(Records contained in a dataset)
Start of Block

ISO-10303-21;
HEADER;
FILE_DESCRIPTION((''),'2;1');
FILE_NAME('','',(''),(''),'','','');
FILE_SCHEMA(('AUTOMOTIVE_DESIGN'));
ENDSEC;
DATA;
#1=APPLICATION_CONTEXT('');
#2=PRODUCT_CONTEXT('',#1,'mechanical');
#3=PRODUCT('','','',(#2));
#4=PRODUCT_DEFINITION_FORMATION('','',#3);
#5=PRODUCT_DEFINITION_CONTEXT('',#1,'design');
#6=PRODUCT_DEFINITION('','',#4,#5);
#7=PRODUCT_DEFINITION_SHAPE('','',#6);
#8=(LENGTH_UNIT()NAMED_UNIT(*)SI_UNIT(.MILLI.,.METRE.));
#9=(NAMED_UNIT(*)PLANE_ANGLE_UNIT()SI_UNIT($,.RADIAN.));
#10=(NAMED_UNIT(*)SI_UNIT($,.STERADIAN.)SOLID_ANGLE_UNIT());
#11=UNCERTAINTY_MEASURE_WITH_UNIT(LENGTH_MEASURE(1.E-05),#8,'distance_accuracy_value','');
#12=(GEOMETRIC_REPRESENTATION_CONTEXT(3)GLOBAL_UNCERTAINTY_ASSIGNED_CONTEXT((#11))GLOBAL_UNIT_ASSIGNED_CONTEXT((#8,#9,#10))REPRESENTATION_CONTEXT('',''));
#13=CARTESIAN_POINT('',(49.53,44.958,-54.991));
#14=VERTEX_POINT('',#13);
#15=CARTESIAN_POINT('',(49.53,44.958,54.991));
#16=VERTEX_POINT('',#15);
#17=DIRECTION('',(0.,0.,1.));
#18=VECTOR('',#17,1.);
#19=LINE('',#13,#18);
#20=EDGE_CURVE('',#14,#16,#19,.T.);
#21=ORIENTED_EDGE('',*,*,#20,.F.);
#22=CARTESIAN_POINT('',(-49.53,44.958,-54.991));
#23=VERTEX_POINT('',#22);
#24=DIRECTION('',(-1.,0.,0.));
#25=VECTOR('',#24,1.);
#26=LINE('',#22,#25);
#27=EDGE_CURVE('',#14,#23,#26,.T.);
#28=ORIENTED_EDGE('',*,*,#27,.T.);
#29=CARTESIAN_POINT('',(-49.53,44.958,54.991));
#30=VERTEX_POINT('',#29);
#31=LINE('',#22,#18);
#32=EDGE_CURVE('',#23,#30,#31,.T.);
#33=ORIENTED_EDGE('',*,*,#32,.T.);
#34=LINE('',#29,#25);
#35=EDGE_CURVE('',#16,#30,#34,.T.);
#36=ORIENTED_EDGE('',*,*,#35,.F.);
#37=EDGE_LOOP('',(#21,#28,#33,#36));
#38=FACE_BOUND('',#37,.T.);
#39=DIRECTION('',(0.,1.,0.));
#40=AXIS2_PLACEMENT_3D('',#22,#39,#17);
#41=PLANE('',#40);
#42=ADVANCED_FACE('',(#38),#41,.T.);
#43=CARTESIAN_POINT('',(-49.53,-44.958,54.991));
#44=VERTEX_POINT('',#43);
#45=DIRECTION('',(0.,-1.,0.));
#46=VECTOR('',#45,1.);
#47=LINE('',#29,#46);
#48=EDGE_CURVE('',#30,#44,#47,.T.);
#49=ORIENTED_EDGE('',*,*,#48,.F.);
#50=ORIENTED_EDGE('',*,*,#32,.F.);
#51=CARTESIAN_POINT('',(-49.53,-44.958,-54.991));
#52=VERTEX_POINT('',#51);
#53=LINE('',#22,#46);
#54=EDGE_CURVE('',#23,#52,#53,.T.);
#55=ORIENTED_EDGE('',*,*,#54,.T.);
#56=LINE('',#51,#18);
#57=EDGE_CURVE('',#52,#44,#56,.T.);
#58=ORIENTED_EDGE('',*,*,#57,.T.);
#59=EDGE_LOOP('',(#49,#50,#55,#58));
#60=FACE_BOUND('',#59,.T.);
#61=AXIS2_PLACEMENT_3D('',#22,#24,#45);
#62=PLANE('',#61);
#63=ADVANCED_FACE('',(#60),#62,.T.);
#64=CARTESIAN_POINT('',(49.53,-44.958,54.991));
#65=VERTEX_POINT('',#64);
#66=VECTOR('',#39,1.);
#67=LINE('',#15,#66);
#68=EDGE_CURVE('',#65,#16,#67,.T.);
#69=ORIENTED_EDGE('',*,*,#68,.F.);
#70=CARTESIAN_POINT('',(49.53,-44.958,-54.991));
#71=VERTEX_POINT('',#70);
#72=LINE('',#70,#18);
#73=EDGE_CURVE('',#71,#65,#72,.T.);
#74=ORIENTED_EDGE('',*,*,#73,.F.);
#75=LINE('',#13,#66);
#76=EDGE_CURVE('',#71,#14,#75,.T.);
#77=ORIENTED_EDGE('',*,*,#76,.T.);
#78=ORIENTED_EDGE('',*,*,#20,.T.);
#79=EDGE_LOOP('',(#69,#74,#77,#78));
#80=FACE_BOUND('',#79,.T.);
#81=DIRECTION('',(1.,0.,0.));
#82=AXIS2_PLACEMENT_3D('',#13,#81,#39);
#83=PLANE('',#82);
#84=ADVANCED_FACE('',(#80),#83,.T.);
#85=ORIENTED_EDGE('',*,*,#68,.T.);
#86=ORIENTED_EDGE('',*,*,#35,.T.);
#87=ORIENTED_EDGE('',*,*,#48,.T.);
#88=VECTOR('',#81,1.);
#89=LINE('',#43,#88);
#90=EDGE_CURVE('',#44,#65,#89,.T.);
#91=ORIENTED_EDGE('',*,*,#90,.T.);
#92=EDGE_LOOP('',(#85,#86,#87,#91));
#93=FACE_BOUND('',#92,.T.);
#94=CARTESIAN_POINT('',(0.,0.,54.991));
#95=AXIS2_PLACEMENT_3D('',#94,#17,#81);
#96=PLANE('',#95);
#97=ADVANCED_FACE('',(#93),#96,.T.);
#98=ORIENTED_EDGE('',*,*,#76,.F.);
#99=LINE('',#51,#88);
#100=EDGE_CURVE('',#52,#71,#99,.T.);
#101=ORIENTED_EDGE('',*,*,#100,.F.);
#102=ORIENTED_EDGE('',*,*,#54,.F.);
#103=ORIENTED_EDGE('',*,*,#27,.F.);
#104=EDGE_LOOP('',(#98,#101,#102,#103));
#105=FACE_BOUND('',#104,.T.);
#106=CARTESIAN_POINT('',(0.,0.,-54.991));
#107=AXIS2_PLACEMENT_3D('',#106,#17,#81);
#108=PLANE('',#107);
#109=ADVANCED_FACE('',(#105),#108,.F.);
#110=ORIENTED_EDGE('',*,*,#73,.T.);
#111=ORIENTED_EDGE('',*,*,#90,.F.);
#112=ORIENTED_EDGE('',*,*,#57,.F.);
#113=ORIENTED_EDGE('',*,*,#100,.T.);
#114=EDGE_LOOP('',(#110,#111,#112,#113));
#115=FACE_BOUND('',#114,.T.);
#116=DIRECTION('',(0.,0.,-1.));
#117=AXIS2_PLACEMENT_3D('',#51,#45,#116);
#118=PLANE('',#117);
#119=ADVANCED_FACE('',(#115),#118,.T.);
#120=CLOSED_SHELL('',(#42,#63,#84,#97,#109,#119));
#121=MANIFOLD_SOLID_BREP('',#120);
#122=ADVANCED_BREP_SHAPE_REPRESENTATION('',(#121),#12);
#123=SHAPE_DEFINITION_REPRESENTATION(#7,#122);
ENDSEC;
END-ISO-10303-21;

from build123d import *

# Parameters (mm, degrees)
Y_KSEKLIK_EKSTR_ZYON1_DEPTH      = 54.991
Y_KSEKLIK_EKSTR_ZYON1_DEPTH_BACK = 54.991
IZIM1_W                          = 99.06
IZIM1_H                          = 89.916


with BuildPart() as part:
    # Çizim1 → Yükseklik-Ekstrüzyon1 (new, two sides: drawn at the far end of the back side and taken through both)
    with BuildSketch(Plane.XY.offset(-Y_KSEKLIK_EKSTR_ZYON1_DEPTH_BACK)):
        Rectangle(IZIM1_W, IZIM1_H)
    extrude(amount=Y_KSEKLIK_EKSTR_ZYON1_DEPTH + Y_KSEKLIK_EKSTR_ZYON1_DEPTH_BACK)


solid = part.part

End of Block
Start of Block

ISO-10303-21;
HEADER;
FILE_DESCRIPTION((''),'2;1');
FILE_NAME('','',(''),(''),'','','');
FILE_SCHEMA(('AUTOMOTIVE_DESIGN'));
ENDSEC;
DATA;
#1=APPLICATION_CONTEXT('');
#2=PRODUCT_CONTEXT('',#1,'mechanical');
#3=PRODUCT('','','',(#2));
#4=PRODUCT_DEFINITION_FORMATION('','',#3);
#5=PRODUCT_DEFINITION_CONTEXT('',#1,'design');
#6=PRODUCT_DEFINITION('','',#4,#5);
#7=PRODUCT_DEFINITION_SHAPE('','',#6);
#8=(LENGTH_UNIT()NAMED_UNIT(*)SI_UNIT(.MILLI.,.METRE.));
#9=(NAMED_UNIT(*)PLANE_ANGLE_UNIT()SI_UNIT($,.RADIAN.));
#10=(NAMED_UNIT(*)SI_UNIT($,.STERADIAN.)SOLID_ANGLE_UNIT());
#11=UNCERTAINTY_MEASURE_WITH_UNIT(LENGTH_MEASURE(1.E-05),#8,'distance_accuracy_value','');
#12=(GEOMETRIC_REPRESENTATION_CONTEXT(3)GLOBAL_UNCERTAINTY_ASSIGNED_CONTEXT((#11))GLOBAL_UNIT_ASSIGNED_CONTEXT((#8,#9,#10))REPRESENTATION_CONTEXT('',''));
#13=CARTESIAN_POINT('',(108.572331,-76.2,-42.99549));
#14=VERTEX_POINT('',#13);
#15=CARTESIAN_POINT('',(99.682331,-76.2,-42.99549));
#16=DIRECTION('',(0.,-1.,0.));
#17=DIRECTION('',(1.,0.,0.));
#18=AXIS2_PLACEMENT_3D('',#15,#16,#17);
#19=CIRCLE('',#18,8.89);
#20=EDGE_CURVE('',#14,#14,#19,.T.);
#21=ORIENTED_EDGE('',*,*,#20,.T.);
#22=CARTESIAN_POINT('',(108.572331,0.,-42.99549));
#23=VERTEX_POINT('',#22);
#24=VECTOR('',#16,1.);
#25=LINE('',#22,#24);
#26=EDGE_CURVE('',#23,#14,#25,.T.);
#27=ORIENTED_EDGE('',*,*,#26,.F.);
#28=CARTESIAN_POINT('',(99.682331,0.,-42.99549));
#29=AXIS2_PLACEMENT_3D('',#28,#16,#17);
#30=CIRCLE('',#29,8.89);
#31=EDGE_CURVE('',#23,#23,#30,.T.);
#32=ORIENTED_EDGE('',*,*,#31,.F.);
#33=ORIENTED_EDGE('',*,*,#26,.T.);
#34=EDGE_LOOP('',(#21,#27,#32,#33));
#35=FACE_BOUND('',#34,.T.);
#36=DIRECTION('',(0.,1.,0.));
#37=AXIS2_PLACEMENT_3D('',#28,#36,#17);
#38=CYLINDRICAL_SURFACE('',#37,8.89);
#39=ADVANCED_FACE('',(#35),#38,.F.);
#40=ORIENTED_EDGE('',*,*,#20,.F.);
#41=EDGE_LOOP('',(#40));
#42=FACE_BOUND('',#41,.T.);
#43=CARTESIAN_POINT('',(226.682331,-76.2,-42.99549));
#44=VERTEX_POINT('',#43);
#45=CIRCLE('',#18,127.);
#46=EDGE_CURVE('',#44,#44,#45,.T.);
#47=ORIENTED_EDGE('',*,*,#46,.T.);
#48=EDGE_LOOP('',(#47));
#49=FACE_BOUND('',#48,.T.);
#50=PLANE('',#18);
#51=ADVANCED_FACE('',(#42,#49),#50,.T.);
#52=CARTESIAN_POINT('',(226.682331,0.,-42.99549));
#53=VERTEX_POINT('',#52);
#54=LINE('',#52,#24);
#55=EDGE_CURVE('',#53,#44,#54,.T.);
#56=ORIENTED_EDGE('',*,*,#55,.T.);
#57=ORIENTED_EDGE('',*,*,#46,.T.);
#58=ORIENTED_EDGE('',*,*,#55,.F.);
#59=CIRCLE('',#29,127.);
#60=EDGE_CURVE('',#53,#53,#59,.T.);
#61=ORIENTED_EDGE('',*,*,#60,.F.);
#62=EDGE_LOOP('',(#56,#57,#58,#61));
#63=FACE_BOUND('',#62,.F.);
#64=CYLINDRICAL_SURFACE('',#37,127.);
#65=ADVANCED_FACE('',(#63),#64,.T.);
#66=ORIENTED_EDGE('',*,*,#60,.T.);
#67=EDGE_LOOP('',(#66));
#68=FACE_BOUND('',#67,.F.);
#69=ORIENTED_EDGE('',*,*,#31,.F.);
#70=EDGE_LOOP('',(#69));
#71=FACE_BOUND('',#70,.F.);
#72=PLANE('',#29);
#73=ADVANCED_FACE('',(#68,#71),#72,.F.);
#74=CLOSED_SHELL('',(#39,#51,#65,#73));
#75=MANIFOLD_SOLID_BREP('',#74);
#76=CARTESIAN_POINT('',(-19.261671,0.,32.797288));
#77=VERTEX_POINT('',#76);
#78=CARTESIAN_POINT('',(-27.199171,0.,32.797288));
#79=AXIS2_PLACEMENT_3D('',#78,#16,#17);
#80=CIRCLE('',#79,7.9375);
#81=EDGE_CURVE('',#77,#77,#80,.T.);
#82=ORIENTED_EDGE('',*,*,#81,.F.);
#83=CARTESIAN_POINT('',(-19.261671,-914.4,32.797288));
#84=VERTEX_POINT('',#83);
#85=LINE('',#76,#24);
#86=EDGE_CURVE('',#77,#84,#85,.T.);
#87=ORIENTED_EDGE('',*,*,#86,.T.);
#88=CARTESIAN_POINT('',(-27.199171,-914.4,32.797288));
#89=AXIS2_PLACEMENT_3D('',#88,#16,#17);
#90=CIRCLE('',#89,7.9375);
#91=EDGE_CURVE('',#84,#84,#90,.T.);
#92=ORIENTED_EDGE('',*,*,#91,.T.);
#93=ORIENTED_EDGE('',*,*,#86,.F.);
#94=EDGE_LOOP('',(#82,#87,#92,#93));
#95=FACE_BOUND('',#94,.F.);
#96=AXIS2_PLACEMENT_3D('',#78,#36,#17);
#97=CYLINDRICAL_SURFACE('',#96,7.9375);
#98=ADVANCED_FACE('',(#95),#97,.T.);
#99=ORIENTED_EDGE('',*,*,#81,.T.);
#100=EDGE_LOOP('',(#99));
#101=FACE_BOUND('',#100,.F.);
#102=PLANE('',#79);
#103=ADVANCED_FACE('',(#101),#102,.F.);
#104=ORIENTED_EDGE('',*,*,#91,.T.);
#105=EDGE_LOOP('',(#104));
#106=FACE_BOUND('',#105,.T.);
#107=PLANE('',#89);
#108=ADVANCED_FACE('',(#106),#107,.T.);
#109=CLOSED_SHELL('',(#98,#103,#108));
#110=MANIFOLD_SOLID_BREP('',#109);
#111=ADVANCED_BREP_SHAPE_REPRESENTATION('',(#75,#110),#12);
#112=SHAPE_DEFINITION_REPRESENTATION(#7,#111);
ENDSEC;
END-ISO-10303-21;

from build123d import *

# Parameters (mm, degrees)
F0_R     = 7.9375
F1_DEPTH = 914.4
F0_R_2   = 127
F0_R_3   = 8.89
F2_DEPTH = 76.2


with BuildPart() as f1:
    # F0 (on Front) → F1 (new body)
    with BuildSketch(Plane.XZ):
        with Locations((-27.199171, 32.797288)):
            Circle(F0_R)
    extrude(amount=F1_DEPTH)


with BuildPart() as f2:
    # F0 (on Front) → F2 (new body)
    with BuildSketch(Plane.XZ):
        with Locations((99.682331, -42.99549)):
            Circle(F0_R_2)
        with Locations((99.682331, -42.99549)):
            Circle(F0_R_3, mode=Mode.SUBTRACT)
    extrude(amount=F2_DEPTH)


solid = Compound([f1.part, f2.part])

End of Block

PROBLEM TO SOLVE: For this exercise, output exactly the lines above from the line with "#92=ORIENTED_EDGE('',*,*,#91,.T.);" to the line with "#111=ADVANCED_BREP_SHAPE_REPRESENTATION('',(#75,#110),#12);", counting both, and leave out the rest.

ANSWER SECTION:
#92=ORIENTED_EDGE('',*,*,#91,.T.);
#93=ORIENTED_EDGE('',*,*,#86,.F.);
#94=EDGE_LOOP('',(#82,#87,#92,#93));
#95=FACE_BOUND('',#94,.F.);
#96=AXIS2_PLACEMENT_3D('',#78,#36,#17);
#97=CYLINDRICAL_SURFACE('',#96,7.9375);
#98=ADVANCED_FACE('',(#95),#97,.T.);
#99=ORIENTED_EDGE('',*,*,#81,.T.);
#100=EDGE_LOOP('',(#99));
#101=FACE_BOUND('',#100,.F.);
#102=PLANE('',#79);
#103=ADVANCED_FACE('',(#101),#102,.F.);
#104=ORIENTED_EDGE('',*,*,#91,.T.);
#105=EDGE_LOOP('',(#104));
#106=FACE_BOUND('',#105,.T.);
#107=PLANE('',#89);
#108=ADVANCED_FACE('',(#106),#107,.T.);
#109=CLOSED_SHELL('',(#98,#103,#108));
#110=MANIFOLD_SOLID_BREP('',#109);
#111=ADVANCED_BREP_SHAPE_REPRESENTATION('',(#75,#110),#12);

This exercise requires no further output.